Collected data entries
--
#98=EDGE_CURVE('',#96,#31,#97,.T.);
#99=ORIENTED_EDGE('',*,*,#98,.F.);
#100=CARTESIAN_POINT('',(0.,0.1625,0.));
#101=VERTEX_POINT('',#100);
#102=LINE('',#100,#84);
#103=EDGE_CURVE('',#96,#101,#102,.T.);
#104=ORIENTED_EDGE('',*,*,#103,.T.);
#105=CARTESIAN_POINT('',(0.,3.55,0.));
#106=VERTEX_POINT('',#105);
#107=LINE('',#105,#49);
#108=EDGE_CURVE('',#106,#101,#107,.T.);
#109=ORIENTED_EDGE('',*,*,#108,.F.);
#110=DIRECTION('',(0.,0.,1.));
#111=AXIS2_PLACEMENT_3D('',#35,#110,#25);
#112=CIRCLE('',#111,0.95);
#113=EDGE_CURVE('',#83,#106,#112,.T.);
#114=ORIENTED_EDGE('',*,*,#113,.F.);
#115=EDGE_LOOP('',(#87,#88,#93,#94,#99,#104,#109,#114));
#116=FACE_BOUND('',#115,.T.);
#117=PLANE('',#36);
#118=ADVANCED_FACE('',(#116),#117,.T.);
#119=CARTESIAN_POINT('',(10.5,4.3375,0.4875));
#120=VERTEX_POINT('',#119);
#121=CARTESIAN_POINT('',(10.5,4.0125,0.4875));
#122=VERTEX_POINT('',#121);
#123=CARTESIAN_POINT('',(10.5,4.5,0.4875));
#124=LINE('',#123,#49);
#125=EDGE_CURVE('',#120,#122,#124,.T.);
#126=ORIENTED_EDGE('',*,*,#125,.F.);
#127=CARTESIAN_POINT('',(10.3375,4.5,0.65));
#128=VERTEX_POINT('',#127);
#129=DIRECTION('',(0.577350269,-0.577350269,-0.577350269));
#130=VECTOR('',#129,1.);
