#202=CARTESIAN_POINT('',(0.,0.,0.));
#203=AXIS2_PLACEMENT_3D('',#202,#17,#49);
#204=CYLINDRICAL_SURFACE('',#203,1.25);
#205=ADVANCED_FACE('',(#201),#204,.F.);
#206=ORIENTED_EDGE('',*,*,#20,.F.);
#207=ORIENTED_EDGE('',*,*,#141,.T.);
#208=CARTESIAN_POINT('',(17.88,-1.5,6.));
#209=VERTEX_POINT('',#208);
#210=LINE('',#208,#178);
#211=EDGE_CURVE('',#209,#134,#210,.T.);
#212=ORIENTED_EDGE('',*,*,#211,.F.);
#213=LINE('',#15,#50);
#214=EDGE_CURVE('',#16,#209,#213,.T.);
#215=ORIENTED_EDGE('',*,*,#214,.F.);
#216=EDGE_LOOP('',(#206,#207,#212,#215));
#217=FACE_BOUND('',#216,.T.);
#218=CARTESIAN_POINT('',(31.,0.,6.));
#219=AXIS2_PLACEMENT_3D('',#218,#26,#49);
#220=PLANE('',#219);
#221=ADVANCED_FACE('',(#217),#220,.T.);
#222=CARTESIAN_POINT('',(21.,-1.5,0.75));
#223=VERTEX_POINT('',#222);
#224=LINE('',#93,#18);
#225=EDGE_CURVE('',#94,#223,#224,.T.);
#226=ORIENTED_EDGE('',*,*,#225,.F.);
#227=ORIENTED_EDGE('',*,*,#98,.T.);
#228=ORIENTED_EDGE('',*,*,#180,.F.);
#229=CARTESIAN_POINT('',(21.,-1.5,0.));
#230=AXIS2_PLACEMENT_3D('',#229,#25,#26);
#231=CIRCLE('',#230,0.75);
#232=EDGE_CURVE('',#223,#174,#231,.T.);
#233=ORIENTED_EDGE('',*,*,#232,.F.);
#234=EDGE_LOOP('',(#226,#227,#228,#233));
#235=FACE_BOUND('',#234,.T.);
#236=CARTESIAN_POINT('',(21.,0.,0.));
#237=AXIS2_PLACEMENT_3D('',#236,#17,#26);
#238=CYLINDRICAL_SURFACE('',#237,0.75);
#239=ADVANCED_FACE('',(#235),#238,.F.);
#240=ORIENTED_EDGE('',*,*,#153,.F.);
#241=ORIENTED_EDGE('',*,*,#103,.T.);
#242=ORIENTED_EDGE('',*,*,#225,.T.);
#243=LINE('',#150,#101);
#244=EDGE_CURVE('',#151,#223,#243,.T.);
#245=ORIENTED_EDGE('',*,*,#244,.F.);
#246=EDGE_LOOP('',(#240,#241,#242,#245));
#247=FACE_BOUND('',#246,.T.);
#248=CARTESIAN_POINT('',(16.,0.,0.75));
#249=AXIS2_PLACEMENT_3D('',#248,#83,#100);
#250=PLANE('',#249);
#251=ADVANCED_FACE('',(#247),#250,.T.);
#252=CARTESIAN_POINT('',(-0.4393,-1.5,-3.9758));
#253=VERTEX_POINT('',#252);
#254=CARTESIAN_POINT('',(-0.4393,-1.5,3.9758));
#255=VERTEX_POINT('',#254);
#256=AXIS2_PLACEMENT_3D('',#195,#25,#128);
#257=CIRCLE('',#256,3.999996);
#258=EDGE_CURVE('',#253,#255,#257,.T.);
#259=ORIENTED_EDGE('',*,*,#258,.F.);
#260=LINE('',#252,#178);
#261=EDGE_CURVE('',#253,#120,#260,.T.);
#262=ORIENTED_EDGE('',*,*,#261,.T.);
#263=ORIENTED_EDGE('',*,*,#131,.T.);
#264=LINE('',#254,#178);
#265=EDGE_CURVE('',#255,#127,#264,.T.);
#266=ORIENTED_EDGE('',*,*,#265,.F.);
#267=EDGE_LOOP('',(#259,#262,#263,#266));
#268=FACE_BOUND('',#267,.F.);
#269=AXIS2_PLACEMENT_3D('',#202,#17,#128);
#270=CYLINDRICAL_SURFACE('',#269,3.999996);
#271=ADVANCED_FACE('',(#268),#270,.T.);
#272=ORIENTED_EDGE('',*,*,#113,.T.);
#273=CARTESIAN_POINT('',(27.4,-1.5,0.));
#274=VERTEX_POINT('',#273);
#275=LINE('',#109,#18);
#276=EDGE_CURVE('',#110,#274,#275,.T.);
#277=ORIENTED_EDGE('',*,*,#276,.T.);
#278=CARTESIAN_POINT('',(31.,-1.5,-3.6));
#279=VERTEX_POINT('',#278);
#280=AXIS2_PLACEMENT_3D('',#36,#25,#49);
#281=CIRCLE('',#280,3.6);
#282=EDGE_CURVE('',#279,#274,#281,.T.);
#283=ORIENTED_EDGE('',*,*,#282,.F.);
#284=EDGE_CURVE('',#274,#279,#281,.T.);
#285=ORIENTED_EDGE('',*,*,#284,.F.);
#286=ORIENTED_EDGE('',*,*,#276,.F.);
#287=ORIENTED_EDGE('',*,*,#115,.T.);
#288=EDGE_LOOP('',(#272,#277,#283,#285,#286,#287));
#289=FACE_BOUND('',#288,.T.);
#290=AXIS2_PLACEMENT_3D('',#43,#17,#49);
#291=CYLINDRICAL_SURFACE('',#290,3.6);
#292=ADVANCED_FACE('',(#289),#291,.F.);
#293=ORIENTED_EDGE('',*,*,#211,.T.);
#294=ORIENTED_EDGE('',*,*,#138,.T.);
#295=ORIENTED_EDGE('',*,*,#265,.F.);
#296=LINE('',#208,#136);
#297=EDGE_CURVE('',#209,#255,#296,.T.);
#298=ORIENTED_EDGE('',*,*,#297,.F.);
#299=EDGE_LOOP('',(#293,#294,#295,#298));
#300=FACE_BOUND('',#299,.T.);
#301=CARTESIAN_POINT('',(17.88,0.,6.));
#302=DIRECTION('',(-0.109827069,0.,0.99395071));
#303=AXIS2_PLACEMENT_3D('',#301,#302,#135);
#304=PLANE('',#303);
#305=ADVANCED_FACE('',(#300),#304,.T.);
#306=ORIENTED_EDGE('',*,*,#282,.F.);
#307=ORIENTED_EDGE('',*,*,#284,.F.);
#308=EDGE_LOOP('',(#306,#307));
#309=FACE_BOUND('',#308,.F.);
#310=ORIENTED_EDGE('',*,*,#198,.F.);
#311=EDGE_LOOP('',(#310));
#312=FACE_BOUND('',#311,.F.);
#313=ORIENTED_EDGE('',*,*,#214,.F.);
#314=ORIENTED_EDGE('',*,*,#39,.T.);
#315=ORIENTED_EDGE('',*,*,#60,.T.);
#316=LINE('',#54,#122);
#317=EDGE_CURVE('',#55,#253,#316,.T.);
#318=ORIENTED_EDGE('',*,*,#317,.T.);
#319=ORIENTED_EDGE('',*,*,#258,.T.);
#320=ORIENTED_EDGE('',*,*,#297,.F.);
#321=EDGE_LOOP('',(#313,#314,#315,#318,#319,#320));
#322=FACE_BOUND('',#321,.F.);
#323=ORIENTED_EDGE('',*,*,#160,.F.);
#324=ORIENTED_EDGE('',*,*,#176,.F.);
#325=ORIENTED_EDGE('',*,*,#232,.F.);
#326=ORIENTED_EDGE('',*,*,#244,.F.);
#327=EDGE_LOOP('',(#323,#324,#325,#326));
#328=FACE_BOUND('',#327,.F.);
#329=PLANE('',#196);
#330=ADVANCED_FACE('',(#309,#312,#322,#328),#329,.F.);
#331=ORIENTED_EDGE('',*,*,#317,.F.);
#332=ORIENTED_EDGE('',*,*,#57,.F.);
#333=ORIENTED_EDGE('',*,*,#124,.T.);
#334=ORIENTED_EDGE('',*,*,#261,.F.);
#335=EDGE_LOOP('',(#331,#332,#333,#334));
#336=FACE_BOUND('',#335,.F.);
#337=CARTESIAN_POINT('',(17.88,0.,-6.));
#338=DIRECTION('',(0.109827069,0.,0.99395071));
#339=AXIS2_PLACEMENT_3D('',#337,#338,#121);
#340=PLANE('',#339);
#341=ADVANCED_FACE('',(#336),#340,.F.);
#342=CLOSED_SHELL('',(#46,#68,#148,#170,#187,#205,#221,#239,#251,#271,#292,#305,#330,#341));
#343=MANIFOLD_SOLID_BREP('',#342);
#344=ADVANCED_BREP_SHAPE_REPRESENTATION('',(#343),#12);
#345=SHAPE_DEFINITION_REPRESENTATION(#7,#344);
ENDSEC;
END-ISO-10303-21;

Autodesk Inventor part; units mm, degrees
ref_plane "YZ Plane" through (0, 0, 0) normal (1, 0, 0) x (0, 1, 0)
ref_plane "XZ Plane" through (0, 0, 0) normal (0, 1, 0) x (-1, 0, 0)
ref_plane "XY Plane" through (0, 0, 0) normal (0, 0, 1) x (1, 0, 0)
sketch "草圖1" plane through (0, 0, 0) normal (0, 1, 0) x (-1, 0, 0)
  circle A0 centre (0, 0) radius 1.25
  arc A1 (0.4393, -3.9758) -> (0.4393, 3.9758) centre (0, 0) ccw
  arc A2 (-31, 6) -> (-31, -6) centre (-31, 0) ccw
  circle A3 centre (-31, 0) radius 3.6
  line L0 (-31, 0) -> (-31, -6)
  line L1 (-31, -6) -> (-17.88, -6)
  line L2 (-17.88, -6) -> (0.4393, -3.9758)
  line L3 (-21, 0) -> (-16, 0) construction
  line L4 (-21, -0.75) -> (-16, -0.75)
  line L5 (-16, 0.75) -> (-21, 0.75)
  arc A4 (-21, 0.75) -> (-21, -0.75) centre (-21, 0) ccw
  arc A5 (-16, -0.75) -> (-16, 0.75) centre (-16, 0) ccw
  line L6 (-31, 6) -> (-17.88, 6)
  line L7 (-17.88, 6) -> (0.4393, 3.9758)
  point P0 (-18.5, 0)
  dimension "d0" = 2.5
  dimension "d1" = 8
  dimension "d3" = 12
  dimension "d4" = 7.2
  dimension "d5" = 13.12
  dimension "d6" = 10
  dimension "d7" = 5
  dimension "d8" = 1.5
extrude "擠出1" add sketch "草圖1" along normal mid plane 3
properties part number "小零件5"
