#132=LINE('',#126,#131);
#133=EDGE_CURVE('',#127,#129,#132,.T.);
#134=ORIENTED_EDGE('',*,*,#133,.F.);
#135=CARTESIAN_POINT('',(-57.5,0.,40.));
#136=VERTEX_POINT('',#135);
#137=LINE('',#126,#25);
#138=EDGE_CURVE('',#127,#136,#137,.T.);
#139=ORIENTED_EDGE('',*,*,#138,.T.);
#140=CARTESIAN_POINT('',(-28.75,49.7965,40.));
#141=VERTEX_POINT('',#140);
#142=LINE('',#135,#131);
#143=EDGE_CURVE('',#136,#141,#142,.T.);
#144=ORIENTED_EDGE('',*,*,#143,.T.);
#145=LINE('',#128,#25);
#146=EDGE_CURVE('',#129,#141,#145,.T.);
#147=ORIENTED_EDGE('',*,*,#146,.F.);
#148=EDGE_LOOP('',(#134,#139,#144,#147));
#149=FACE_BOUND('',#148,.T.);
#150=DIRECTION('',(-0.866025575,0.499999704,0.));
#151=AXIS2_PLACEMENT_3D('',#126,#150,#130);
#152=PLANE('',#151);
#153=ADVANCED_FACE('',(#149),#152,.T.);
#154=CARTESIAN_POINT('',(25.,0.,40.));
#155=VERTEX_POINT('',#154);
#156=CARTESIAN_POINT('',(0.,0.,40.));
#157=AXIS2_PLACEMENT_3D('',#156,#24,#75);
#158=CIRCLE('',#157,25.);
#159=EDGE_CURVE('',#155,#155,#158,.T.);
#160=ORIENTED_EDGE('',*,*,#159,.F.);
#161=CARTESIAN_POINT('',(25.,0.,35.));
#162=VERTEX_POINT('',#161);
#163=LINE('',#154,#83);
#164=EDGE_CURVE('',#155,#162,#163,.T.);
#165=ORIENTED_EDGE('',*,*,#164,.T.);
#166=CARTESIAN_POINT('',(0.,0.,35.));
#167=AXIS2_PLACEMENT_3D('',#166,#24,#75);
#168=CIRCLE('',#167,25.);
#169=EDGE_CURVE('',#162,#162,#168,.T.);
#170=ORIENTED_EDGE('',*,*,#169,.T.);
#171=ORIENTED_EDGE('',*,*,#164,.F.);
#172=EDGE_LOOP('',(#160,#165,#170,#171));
--
▸ Task goal:
For the data above, state how many lines contain "dimension"; the number is the whole answer.

▸ Solution for this problem:
8